Keith climbed into the cockpit and Lotto squeezed in beside him and pulled the hatch shut. It wasn’t meant for two people, but they were both small enough to fit. The air was hot and stale. Everything was quiet in there.

“This doesn’t seem like the best idea,” Keith said.

“Course it does,” said Lotto and he fired the ignition.

The engine seemed louder than normal. Oh well, thought Keith, oh fucking well. Lotto pushed the throttle until the plane was speeding down the runway. He jammed on the rudder pedals like they were stuck or he was having trouble keeping the thing centered. The beacon light flashed messages at Keith. He saw a ball of fire and metal at the end of the runway. Thoughts zoomed through his head just before the wheels left the ground, but he couldn’t make sense of them. Everything was muddled and mushed except for his heart which rat-a-tat-ed to make his whole body shake. Up into the air they went, like some kind of nightmare.

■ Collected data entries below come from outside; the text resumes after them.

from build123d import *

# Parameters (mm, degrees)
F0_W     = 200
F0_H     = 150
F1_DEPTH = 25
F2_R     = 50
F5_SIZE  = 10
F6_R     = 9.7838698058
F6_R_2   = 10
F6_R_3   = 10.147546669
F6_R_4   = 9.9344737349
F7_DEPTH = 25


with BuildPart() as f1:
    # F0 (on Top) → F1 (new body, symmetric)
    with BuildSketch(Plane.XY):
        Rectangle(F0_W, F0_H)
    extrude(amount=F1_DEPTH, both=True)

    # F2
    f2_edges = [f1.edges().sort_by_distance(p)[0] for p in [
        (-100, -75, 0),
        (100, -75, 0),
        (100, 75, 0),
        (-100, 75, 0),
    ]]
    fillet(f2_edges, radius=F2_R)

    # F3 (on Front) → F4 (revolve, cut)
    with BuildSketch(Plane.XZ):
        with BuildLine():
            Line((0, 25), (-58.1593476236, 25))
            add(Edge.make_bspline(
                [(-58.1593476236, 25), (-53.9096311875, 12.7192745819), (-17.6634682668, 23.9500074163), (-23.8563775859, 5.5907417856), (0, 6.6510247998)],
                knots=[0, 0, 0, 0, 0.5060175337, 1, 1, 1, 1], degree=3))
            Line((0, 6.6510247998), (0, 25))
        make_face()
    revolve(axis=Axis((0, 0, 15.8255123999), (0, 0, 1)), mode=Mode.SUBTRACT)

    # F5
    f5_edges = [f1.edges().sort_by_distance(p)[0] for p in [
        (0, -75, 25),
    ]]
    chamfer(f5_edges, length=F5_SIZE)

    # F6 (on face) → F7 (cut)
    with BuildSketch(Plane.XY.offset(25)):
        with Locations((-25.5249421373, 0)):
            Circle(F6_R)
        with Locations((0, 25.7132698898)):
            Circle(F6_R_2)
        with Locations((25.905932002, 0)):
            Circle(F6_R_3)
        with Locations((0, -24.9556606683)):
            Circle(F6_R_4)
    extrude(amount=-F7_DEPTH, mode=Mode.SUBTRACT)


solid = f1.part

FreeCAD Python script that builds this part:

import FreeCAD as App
import Part
import Sketcher
from FreeCAD import Vector
Q = App.Units.Quantity


def edges_at(feature, points):
    """Names of the edges that pass closest to the given points."""
    edges = feature.Shape.Edges
    near = lambda p: min(range(len(edges)), key=lambda i: edges[i].distToShape(Part.Vertex(*p))[0])
    return sorted({f"Edge{near(p) + 1}" for p in points})


def add_polygon(sketch, points):
    """Adds a closed chain of lines whose ends are joined by coincident constraints."""
    first, n = sketch.GeometryCount, len(points)
    for a, b in zip(points, points[1:] + points[:1]):
        sketch.addGeometry(Part.LineSegment(App.Vector(*a, 0), App.Vector(*b, 0)), False)
    for i in range(n):
        sketch.addConstraint(Sketcher.Constraint("Coincident", first + i, 2, first + (i + 1) % n, 1))

doc = App.newDocument("Part")
params = doc.addObject("Spreadsheet::Sheet", "Params")
for row, (alias, value) in enumerate([
    ("sketch1_width", "200 mm"),
    ("sketch1_height", "150 mm"),
    ("pad1_length", "50 mm"),
    ("fillet_radius", "50 mm"),
    ("groove_angle", "360 deg"),
    ("chamfer_size", "10 mm"),
    ("sketch3_diameter", "20 mm"),
    ("pocket1_length", "25 mm"),
], start=1):
    params.set(f"A{row}", alias)
    params.set(f"B{row}", "=" + value)
    params.setAlias(f"B{row}", alias)

body = doc.addObject("PartDesign::Body", "Body")

# Sketch on XY plane
sketch1 = body.newObject("Sketcher::SketchObject", "Sketch")
sketch1.AttachmentSupport = (doc.getObject("XY_Plane"), [""])
sketch1.MapMode = "FlatFace"
add_polygon(sketch1, [(-100, 75), (-100, -75), (100, -75), (100, 75)])  # lines 0-3
sketch1.addConstraint(Sketcher.Constraint("Vertical", 0))
sketch1.addConstraint(Sketcher.Constraint("Horizontal", 1))
sketch1.addConstraint(Sketcher.Constraint("Vertical", 2))
sketch1.addConstraint(Sketcher.Constraint("Horizontal", 3))
sketch1.addConstraint(Sketcher.Constraint("Symmetric", 0, 2, 2, 2, -1, 1))
sketch1.addConstraint(Sketcher.Constraint("DistanceX", 1, 1, 1, 2, Q("200 mm")))
sketch1.addConstraint(Sketcher.Constraint("DistanceY", 0, 2, 0, 1, Q("150 mm")))
sketch1.setExpression("Constraints[9]", "Params.sketch1_width")
sketch1.setExpression("Constraints[10]", "Params.sketch1_height")
pad1 = body.newObject("PartDesign::Pad", "Pad")
pad1.Profile = sketch1
pad1.setExpression("Length", "Params.pad1_length")
pad1.Midplane = True
doc.recompute()

fillet = body.newObject("PartDesign::Fillet", "Fillet")
fillet.Base = (pad1, edges_at(pad1, [
    (-100, -75, 0),
    (100, -75, 0),
    (100, 75, 0),
    (-100, 75, 0),
]))
fillet.setExpression("Radius", "Params.fillet_radius")

# Sketch on XZ plane
sketch2 = body.newObject("Sketcher::SketchObject", "Sketch001")
sketch2.AttachmentSupport = (doc.getObject("XZ_Plane"), [""])
sketch2.MapMode = "FlatFace"
sketch2.addGeometry(Part.LineSegment(Vector(0, 25, 0), Vector(-58.159348, 25, 0)), False)
sketch2.addGeometry(Part.BSplineCurve([Vector(-58.159348, 25, 0), Vector(-53.909631, 12.719275, 0), Vector(-17.663468, 23.950007, 0), Vector(-23.856378, 5.590742, 0), Vector(0, 6.651025, 0)], [4, 1, 4], [0, 0.506017534, 1], False, 3, [1, 1, 1, 1, 1], False), False)
sketch2.addGeometry(Part.LineSegment(Vector(0, 6.651025, 0), Vector(0, 25, 0)), False)
sketch2.addConstraint(Sketcher.Constraint("Block", 1))
sketch2.addConstraint(Sketcher.Constraint("Coincident", 0, 2, 1, 1))
sketch2.addConstraint(Sketcher.Constraint("Coincident", 1, 2, 2, 1))
sketch2.addConstraint(Sketcher.Constraint("Coincident", 2, 2, 0, 1))
sketch2.addConstraint(Sketcher.Constraint("Horizontal", 0))
sketch2.addConstraint(Sketcher.Constraint("Vertical", 2))
groove = body.newObject("PartDesign::Groove", "Groove")
groove.Profile = sketch2
groove.ReferenceAxis = (sketch2, ["V_Axis"])
groove.setExpression("Angle", "Params.groove_angle")
doc.recompute()

chamfer = body.newObject("PartDesign::Chamfer", "Chamfer")
chamfer.Base = (groove, edges_at(groove, [(0, -75, 25)]))
chamfer.setExpression("Size", "Params.chamfer_size")

# Sketch on XY plane
sketch3 = body.newObject("Sketcher::SketchObject", "Sketch002")
sketch3.AttachmentSupport = (doc.getObject("XY_Plane"), [""])
sketch3.MapMode = "FlatFace"
sketch3.AttachmentOffset = App.Placement(Vector(0, 0, 25), App.Rotation())
sketch3.addGeometry(Part.Circle(Vector(-25.524942, 0, 0), Vector(0, 0, 1), 9.78387), False)
sketch3.addGeometry(Part.Circle(Vector(0, 25.71327, 0), Vector(0, 0, 1), 10), False)
sketch3.addGeometry(Part.Circle(Vector(25.905932, 0, 0), Vector(0, 0, 1), 10.147547), False)
sketch3.addGeometry(Part.Circle(Vector(0, -24.955661, 0), Vector(0, 0, 1), 9.934474), False)
sketch3.addConstraint(Sketcher.Constraint("PointOnObject", 0, 3, -1))
sketch3.addConstraint(Sketcher.Constraint("PointOnObject", 1, 3, -2))
sketch3.addConstraint(Sketcher.Constraint("PointOnObject", 2, 3, -1))
sketch3.addConstraint(Sketcher.Constraint("PointOnObject", 3, 3, -2))
sketch3.addConstraint(Sketcher.Constraint("Diameter", 1, Q("20 mm")))
sketch3.addConstraint(Sketcher.Constraint("Diameter", 0, Q("19.56774 mm")))
sketch3.addConstraint(Sketcher.Constraint("Diameter", 2, Q("20.295093 mm")))
sketch3.addConstraint(Sketcher.Constraint("Diameter", 3, Q("19.868947 mm")))
sketch3.addConstraint(Sketcher.Constraint("DistanceY", -1, 1, 1, 3, Q("25.71327 mm")))
sketch3.addConstraint(Sketcher.Constraint("DistanceY", 3, 3, -1, 1, Q("24.955661 mm")))
sketch3.addConstraint(Sketcher.Constraint("DistanceX", 0, 3, -1, 1, Q("25.524942 mm")))
sketch3.addConstraint(Sketcher.Constraint("DistanceX", -1, 1, 2, 3, Q("25.905932 mm")))
sketch3.setExpression("Constraints[4]", "Params.sketch3_diameter")
pocket1 = body.newObject("PartDesign::Pocket", "Pocket")
pocket1.Profile = sketch3
pocket1.setExpression("Length", "Params.pocket1_length")

doc.recompute()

“Damn this thing is loose!” Lotto hollered. He jerked the stick back and forth to show Keith how crappy it was. He flew low because it felt more natural that way. He thought about those kinds of things. Lotto felt like a bird when he buzzed the shadowed treetops. The way he moved in that plane was just like an eagle looking for something to kill. He’d once shot a bald eagle from the sky with a high-powered rifle, but he never told anyone about it. Thirty aught six. Ka-boosh! And later that same day he sprayed a calf’s brains all over the pasture, its ear tag twitching in all that red jell-o muck. Lotto had killed tons of things in private. It was what he liked to do. In Missouri, he knew the caves. He could escape to the darkness of old rock, places that no one else knew about, even the people who owned the property. He’d get there by boat, creeping along the muddy banks. He was invisible at night. He knew his way through every forest.

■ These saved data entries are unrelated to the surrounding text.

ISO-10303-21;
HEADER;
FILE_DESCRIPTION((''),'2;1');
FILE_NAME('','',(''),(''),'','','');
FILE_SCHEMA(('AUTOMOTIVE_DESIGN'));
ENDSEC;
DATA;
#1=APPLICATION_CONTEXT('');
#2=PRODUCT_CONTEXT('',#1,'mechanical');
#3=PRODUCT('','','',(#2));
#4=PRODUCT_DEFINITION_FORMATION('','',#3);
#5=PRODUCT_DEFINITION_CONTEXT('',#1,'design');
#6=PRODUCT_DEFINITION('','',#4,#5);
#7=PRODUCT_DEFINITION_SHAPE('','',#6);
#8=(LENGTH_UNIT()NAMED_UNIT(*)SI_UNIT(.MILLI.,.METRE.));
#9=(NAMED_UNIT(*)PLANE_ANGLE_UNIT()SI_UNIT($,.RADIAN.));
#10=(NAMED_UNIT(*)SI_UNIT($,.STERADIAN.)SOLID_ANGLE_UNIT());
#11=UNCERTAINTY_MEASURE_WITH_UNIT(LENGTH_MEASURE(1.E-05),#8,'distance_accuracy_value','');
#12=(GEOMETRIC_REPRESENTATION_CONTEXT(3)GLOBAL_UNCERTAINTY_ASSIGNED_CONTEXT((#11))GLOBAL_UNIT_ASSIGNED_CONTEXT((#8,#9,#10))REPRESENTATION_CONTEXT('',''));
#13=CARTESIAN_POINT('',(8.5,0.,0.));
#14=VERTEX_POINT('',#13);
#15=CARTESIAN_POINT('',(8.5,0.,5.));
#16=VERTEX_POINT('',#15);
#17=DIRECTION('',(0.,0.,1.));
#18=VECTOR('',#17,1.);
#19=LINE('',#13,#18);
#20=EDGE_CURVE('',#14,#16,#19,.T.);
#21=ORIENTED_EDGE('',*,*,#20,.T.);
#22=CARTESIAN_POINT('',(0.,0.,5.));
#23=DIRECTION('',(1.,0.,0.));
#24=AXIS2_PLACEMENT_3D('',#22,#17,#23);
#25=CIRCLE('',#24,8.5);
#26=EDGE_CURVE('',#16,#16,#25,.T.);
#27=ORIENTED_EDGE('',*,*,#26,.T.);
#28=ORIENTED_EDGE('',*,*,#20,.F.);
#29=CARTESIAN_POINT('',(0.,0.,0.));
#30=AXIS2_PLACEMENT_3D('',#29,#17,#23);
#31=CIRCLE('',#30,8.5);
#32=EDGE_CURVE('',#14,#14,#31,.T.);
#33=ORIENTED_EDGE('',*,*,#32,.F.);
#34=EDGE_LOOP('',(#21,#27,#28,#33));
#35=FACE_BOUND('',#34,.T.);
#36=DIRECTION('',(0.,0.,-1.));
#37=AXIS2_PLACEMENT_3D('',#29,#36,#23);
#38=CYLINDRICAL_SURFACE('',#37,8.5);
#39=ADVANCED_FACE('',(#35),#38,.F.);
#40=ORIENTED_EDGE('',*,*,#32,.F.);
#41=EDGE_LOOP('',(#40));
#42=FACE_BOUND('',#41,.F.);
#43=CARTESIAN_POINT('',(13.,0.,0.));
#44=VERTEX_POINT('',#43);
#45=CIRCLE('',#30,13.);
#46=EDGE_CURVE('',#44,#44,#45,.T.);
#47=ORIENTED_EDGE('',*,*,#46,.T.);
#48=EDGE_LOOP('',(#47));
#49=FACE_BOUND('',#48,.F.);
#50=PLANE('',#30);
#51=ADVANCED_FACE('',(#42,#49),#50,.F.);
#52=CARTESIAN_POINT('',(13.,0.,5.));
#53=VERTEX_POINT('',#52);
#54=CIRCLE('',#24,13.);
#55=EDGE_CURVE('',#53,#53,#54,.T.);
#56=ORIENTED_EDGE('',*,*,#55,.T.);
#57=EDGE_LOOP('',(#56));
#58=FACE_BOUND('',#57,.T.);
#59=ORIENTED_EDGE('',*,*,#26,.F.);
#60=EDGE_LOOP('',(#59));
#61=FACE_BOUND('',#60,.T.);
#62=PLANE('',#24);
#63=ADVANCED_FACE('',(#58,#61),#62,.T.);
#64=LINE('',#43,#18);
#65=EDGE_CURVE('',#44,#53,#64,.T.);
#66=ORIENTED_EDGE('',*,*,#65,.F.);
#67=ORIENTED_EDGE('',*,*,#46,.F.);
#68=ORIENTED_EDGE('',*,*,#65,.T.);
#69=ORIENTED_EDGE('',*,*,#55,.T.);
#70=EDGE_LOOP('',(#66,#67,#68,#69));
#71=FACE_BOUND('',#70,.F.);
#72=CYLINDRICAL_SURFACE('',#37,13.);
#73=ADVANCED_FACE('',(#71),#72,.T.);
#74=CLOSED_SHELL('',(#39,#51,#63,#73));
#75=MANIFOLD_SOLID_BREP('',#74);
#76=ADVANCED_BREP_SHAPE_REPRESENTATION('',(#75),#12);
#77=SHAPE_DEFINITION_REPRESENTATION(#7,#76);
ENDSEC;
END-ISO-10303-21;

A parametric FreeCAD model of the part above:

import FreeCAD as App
import Part
import Sketcher
from FreeCAD import Vector
Q = App.Units.Quantity

doc = App.newDocument("Part")
body = doc.addObject("PartDesign::Body", "Body")

# Sketch on XY plane
sketch1 = body.newObject("Sketcher::SketchObject", "Sketch")
sketch1.AttachmentSupport = (doc.getObject("XY_Plane"), [""])
sketch1.MapMode = "FlatFace"
sketch1.addGeometry([
    Part.Circle(Vector(0, 0, 0), Vector(0, 0, 1), 13),
    Part.Circle(Vector(0, 0, 0), Vector(0, 0, 1), 8),
], False)
sketch1.addConstraint([
    Sketcher.Constraint("Coincident", 0, 3, -1, 1),
    Sketcher.Constraint("Coincident", 1, 3, -1, 1),
    Sketcher.Constraint("Diameter", 0, Q("26 mm")),
    Sketcher.Constraint("Diameter", 1, Q("17 mm")),
])
pad1 = body.newObject("PartDesign::Pad", "Pad")
pad1.Profile = sketch1
pad1.Length = 5

doc.recompute()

Keith shut his eyes. He sat crammed into that cockpit, squeezing his corner of the seat. This was what it felt like when young people died. He tried to shrug his whole life away. The moment lasted forever. For awhile it seemed like maybe they were going to make it, but when Lotto finally went around the loop and lined up with the runway Keith took it all back. He prepared for the engine to come through the instrument panel, cutting him in half, a split-second feeling of lightness before his torso and arms and head were ground to wet meat under the collapsing shape of the plane.

He spent the rest of the night in the trailer on his computer glued to a gore site, gawking at uncensored photos of crash victims and suicides, the destroyed, the murdered. He drank and clicked through a thousand images. Every picture was him. It didn’t matter what he was looking at, could be some dead guy laid out in a ruptured mangle of machined metal and torn rubber or some blue-faced teen girl strung up in a closet. It was Keith’s head mashed open on Highway One, revealing the liquefied brain inside, nostrils split wide, a muffin icing dollop of yellow fat squeezed from an armpit gash. He was the slaughtered Mexican informant, all limbs removed, something mannequin about him, a Hollywood prop with a clenched hand shoved in his mouth, eyes slippered shut and powdered with a grey coating of mysterious dust. Keith was the alley jumble of body parts, wet and shining. He was the blackened fly-ridden corpse three weeks in the rice paddy. Keith was the video of the press conference suicide: the suddenly slackened body, the vanished magic, the fluttered heart pushing out its final run of blood.